- Task to complete: Using the material that follows, output exactly the lines from the one containing "#52=CARTESIAN_POINT('',(19.05,3.81,0.));" through the one containing "#83=LINE('',#78,#74);", with both ends kept.

- Supplied records:
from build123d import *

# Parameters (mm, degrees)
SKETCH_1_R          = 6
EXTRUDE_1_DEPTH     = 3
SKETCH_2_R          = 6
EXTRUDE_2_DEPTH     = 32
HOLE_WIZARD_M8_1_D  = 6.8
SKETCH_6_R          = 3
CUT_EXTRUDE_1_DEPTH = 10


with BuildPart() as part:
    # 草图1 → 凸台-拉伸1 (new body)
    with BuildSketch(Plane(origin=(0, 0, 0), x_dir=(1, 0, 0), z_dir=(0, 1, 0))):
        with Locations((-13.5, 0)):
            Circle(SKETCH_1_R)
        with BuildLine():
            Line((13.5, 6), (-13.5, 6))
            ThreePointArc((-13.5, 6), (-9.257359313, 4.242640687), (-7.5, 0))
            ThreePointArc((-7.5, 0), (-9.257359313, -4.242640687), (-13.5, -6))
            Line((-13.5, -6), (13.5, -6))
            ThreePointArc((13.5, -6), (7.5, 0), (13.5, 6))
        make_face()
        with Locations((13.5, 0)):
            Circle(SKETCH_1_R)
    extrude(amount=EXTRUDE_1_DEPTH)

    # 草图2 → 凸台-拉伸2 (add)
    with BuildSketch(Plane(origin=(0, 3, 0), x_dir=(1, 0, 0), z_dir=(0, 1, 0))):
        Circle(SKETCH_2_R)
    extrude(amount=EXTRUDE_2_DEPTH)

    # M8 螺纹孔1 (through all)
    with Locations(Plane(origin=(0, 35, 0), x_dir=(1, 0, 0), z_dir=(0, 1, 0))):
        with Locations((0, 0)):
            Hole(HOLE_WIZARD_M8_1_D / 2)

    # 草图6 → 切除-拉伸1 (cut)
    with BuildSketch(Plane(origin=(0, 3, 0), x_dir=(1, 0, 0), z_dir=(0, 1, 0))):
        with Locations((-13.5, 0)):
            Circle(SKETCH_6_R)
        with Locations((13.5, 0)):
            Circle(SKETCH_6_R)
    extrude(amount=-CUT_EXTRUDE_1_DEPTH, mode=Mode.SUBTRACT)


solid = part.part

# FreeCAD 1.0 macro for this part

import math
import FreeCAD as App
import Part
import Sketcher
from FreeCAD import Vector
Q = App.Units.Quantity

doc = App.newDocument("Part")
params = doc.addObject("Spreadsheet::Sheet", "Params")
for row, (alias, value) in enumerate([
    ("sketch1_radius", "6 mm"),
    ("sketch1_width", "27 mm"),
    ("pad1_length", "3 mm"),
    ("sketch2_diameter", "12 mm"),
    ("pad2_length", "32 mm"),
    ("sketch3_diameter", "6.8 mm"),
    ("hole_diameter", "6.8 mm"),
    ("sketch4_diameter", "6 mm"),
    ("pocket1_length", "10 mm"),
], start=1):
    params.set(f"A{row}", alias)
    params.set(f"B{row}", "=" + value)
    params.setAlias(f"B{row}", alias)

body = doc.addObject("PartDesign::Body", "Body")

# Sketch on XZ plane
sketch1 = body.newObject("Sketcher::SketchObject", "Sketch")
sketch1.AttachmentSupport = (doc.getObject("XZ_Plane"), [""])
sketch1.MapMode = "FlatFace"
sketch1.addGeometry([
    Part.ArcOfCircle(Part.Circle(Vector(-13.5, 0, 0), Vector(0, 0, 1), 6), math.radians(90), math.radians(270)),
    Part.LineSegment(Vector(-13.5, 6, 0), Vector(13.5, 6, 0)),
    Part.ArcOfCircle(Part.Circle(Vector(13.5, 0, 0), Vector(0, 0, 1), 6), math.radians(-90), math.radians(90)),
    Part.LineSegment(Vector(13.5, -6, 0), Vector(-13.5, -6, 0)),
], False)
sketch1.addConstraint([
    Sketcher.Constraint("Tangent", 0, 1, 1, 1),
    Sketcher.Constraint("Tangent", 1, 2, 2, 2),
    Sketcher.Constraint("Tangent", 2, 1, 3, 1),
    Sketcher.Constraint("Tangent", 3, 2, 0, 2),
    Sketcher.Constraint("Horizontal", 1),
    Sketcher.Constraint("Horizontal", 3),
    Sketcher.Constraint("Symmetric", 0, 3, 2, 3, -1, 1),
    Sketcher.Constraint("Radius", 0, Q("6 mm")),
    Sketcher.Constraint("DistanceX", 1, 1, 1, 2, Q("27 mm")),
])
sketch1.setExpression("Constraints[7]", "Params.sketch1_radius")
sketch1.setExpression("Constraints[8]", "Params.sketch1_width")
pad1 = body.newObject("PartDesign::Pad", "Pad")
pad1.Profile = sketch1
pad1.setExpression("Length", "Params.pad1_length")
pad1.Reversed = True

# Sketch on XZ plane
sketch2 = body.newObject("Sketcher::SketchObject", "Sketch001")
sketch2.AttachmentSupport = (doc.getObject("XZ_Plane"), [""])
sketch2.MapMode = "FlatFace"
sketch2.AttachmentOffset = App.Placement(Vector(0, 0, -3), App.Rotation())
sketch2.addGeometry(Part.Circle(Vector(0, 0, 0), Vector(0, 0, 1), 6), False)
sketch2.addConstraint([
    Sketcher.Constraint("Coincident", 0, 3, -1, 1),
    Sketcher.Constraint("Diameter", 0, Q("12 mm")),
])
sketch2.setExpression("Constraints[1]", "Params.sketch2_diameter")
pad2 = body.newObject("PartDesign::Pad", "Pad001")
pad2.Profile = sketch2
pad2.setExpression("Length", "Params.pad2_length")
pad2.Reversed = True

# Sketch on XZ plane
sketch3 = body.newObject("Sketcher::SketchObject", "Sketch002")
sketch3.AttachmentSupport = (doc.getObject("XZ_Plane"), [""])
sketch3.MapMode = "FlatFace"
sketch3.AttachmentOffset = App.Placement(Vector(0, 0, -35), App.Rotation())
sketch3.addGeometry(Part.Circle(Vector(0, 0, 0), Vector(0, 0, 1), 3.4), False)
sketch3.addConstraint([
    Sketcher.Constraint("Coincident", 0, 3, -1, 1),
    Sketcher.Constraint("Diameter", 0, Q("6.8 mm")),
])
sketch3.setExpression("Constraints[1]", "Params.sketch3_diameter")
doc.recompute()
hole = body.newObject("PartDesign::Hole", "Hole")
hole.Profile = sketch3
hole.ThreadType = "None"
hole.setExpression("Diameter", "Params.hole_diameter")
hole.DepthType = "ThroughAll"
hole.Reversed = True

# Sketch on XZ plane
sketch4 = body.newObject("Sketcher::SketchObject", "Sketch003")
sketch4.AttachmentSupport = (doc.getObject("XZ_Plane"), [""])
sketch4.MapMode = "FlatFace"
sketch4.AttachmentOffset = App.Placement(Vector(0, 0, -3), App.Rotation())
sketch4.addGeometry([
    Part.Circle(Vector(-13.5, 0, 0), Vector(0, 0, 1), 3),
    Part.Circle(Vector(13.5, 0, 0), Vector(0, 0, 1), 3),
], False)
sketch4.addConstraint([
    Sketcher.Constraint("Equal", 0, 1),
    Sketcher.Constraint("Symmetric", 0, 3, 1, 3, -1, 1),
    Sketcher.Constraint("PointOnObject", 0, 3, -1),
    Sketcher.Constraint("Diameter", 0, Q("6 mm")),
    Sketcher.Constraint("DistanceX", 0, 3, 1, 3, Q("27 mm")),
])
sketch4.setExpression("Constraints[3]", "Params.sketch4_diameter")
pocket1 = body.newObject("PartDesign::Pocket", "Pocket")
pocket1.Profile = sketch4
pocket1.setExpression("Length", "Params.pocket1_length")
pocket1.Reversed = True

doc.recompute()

...

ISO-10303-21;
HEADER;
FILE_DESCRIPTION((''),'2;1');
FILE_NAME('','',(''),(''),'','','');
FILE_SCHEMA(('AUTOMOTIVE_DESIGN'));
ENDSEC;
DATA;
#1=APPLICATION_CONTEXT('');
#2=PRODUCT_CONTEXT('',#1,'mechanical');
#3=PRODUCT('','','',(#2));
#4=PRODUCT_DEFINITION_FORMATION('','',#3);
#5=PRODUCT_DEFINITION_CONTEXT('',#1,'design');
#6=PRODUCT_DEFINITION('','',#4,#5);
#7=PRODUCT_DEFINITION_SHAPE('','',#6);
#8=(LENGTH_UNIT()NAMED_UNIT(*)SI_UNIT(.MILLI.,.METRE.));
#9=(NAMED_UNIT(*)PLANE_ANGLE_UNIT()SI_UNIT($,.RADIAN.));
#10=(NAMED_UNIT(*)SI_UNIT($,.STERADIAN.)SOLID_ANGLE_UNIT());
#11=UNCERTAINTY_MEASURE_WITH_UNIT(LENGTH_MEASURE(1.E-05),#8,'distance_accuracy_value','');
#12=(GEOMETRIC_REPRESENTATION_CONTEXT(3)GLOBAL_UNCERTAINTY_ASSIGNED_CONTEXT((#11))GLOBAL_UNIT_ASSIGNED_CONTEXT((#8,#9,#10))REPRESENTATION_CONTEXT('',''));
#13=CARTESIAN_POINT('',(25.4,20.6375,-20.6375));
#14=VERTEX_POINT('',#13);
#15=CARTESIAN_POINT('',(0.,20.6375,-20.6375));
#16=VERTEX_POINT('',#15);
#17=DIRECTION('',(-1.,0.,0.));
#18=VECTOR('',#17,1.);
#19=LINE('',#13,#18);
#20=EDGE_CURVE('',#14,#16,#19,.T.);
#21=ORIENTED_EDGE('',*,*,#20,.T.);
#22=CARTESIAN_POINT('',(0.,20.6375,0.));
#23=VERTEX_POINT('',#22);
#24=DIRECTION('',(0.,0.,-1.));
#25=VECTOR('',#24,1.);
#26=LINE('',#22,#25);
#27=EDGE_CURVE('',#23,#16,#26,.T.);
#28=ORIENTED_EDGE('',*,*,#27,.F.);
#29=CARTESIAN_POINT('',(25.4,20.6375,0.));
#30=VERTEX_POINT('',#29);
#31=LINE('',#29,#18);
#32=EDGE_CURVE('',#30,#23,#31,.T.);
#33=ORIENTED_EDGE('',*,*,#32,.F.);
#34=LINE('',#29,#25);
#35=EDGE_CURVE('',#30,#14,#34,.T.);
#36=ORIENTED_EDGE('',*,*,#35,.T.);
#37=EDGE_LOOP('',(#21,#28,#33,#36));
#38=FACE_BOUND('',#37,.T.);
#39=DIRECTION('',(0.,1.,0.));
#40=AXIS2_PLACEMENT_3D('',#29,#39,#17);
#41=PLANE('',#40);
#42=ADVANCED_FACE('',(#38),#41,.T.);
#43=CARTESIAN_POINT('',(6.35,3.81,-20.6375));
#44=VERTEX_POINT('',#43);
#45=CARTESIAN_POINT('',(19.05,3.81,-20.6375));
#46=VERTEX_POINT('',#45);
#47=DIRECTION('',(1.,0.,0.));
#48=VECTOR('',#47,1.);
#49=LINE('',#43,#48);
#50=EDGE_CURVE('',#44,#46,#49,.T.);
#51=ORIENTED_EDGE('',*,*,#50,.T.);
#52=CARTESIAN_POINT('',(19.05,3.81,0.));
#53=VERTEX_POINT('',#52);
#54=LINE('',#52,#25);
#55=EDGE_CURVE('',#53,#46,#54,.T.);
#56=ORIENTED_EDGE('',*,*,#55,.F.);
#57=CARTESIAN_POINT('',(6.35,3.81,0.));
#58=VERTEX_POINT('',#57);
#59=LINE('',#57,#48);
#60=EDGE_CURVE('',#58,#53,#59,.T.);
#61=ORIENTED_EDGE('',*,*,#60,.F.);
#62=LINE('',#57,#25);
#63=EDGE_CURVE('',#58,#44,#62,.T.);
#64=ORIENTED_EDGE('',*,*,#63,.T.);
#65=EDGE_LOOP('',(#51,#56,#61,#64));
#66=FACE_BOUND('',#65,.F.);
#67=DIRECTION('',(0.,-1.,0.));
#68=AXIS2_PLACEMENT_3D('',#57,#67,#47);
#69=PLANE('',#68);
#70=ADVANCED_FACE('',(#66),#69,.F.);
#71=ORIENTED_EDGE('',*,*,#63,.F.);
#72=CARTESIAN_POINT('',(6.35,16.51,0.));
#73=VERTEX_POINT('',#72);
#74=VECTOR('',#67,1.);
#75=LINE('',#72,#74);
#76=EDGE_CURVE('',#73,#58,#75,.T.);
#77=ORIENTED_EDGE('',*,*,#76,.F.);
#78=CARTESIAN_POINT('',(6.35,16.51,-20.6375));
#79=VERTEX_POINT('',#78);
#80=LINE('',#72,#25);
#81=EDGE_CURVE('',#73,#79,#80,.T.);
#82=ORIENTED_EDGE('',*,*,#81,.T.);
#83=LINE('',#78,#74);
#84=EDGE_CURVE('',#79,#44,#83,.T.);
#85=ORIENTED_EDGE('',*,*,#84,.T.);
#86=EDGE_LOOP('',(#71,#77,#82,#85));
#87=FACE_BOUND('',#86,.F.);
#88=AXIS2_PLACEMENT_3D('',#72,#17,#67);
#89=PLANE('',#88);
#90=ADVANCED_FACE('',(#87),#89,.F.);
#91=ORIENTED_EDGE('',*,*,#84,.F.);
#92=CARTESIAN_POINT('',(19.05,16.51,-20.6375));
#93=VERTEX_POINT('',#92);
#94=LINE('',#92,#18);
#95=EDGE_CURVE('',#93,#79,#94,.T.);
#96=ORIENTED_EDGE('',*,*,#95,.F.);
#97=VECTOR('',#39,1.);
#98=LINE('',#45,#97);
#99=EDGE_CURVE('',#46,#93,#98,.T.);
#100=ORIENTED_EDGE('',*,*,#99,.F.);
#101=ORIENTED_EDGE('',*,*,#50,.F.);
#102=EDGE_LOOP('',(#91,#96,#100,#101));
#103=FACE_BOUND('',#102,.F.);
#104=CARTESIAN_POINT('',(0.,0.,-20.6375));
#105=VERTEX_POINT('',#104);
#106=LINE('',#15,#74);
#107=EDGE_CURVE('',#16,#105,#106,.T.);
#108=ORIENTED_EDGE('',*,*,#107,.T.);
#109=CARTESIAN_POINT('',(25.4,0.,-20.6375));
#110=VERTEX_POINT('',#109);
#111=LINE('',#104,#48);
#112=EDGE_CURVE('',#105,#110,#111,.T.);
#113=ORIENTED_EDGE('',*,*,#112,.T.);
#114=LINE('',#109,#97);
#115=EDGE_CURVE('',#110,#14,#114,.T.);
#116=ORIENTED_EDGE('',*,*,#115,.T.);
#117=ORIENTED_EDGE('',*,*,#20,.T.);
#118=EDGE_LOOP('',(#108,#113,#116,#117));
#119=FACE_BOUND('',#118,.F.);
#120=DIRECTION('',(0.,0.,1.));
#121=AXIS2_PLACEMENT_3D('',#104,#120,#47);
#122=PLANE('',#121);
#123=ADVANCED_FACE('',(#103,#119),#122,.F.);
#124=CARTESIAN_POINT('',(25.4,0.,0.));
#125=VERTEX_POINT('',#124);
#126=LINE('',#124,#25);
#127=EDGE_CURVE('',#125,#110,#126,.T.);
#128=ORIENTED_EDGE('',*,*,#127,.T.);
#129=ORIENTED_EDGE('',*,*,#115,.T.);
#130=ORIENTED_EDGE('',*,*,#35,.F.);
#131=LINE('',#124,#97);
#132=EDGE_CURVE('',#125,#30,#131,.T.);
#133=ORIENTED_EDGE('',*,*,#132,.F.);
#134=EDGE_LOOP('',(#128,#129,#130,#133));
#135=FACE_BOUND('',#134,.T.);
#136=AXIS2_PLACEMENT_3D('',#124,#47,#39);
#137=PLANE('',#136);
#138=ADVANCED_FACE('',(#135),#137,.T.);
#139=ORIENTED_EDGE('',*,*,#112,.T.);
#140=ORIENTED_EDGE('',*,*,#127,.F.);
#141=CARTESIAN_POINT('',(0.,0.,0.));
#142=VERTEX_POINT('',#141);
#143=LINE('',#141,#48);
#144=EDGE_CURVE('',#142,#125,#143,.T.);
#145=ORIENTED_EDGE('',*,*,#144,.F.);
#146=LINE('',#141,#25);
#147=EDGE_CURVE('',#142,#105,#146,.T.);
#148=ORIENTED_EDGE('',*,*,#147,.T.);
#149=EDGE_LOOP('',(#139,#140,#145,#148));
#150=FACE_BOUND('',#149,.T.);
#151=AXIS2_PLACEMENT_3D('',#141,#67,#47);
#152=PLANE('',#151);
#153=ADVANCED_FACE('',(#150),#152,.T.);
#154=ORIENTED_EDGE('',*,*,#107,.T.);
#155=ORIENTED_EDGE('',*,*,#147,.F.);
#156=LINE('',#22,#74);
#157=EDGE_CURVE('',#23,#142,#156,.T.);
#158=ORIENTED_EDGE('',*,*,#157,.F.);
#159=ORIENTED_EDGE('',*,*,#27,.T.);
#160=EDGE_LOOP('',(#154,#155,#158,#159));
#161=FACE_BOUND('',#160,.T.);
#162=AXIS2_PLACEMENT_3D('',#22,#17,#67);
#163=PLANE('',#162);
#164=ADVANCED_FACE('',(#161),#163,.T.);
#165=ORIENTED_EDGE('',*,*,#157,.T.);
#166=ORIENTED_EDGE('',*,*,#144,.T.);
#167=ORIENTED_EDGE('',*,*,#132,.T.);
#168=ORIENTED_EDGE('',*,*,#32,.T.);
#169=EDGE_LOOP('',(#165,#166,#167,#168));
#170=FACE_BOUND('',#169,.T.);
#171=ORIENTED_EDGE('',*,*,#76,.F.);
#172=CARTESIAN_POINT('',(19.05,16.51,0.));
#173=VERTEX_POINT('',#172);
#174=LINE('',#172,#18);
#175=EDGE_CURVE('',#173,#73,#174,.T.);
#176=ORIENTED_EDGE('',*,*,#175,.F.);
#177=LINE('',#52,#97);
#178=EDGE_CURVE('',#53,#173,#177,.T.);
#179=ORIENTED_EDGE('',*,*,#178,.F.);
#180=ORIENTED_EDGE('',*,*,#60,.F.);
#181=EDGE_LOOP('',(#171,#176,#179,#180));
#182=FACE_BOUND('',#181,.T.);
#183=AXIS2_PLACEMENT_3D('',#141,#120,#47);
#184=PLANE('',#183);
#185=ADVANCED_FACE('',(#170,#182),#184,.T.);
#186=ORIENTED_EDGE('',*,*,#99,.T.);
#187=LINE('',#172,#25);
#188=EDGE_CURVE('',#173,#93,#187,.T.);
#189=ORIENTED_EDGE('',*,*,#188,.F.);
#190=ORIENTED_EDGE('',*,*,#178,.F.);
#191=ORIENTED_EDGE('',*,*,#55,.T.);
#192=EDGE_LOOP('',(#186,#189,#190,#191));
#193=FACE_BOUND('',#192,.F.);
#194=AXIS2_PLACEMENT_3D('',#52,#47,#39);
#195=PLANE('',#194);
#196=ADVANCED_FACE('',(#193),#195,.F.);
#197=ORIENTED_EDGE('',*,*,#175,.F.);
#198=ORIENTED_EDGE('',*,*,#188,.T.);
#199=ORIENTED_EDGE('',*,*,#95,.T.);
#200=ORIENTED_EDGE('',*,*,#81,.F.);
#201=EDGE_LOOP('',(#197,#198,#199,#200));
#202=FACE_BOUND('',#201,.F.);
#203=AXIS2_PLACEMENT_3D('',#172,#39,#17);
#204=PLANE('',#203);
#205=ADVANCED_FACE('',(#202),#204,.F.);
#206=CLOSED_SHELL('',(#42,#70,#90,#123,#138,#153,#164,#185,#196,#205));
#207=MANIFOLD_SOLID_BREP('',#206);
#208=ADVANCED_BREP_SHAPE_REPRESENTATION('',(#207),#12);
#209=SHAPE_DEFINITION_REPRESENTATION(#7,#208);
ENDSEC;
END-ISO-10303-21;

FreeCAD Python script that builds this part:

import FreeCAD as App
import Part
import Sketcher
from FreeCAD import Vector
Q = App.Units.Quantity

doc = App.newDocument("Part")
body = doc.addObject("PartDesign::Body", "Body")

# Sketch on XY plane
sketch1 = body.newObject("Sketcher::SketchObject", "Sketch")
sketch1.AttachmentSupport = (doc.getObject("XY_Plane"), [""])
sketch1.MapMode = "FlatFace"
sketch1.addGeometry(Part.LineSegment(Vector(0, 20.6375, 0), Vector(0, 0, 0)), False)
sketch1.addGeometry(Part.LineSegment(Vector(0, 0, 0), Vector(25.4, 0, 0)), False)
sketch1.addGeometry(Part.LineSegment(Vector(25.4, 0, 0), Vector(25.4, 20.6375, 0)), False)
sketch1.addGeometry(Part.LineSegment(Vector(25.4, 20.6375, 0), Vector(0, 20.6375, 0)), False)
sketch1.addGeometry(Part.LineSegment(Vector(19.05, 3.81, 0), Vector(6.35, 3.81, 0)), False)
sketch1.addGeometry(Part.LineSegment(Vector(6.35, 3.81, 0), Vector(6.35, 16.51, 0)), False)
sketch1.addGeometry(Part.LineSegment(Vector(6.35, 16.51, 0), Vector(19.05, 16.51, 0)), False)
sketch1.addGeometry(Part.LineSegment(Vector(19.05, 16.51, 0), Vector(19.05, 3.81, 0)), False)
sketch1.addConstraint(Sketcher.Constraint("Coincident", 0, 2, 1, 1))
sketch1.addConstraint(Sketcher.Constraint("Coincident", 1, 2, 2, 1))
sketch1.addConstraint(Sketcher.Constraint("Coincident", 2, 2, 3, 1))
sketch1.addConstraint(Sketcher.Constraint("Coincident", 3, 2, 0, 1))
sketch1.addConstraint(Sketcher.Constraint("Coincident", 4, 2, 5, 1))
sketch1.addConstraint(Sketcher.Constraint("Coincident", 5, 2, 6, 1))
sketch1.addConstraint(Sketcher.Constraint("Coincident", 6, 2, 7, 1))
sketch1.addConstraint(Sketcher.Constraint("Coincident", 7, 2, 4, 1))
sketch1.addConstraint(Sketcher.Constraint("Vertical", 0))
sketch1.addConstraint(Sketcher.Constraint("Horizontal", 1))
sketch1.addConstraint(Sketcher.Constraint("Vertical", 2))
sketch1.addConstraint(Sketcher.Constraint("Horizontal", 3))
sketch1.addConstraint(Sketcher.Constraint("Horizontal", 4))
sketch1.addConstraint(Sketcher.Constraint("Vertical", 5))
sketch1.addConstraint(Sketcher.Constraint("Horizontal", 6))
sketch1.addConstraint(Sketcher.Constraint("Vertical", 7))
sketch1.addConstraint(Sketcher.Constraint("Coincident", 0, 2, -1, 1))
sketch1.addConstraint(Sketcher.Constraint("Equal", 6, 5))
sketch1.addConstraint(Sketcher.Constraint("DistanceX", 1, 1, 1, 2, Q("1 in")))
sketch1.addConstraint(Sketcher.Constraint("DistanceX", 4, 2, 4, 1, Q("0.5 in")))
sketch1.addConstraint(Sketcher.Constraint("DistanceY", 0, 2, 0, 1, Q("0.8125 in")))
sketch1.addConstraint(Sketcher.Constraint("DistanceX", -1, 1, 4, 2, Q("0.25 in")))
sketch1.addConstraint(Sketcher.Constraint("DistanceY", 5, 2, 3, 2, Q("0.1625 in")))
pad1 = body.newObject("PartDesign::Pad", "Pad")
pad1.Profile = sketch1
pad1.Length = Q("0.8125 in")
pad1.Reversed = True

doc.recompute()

- Task solution:
#52=CARTESIAN_POINT('',(19.05,3.81,0.));
#53=VERTEX_POINT('',#52);
#54=LINE('',#52,#25);
#55=EDGE_CURVE('',#53,#46,#54,.T.);
#56=ORIENTED_EDGE('',*,*,#55,.F.);
#57=CARTESIAN_POINT('',(6.35,3.81,0.));
#58=VERTEX_POINT('',#57);
#59=LINE('',#57,#48);
#60=EDGE_CURVE('',#58,#53,#59,.T.);
#61=ORIENTED_EDGE('',*,*,#60,.F.);
#62=LINE('',#57,#25);
#63=EDGE_CURVE('',#58,#44,#62,.T.);
#64=ORIENTED_EDGE('',*,*,#63,.T.);
#65=EDGE_LOOP('',(#51,#56,#61,#64));
#66=FACE_BOUND('',#65,.F.);
#67=DIRECTION('',(0.,-1.,0.));
#68=AXIS2_PLACEMENT_3D('',#57,#67,#47);
#69=PLANE('',#68);
#70=ADVANCED_FACE('',(#66),#69,.F.);
#71=ORIENTED_EDGE('',*,*,#63,.F.);
#72=CARTESIAN_POINT('',(6.35,16.51,0.));
#73=VERTEX_POINT('',#72);
#74=VECTOR('',#67,1.);
#75=LINE('',#72,#74);
#76=EDGE_CURVE('',#73,#58,#75,.T.);
#77=ORIENTED_EDGE('',*,*,#76,.F.);
#78=CARTESIAN_POINT('',(6.35,16.51,-20.6375));
#79=VERTEX_POINT('',#78);
#80=LINE('',#72,#25);
#81=EDGE_CURVE('',#73,#79,#80,.T.);
#82=ORIENTED_EDGE('',*,*,#81,.T.);
#83=LINE('',#78,#74);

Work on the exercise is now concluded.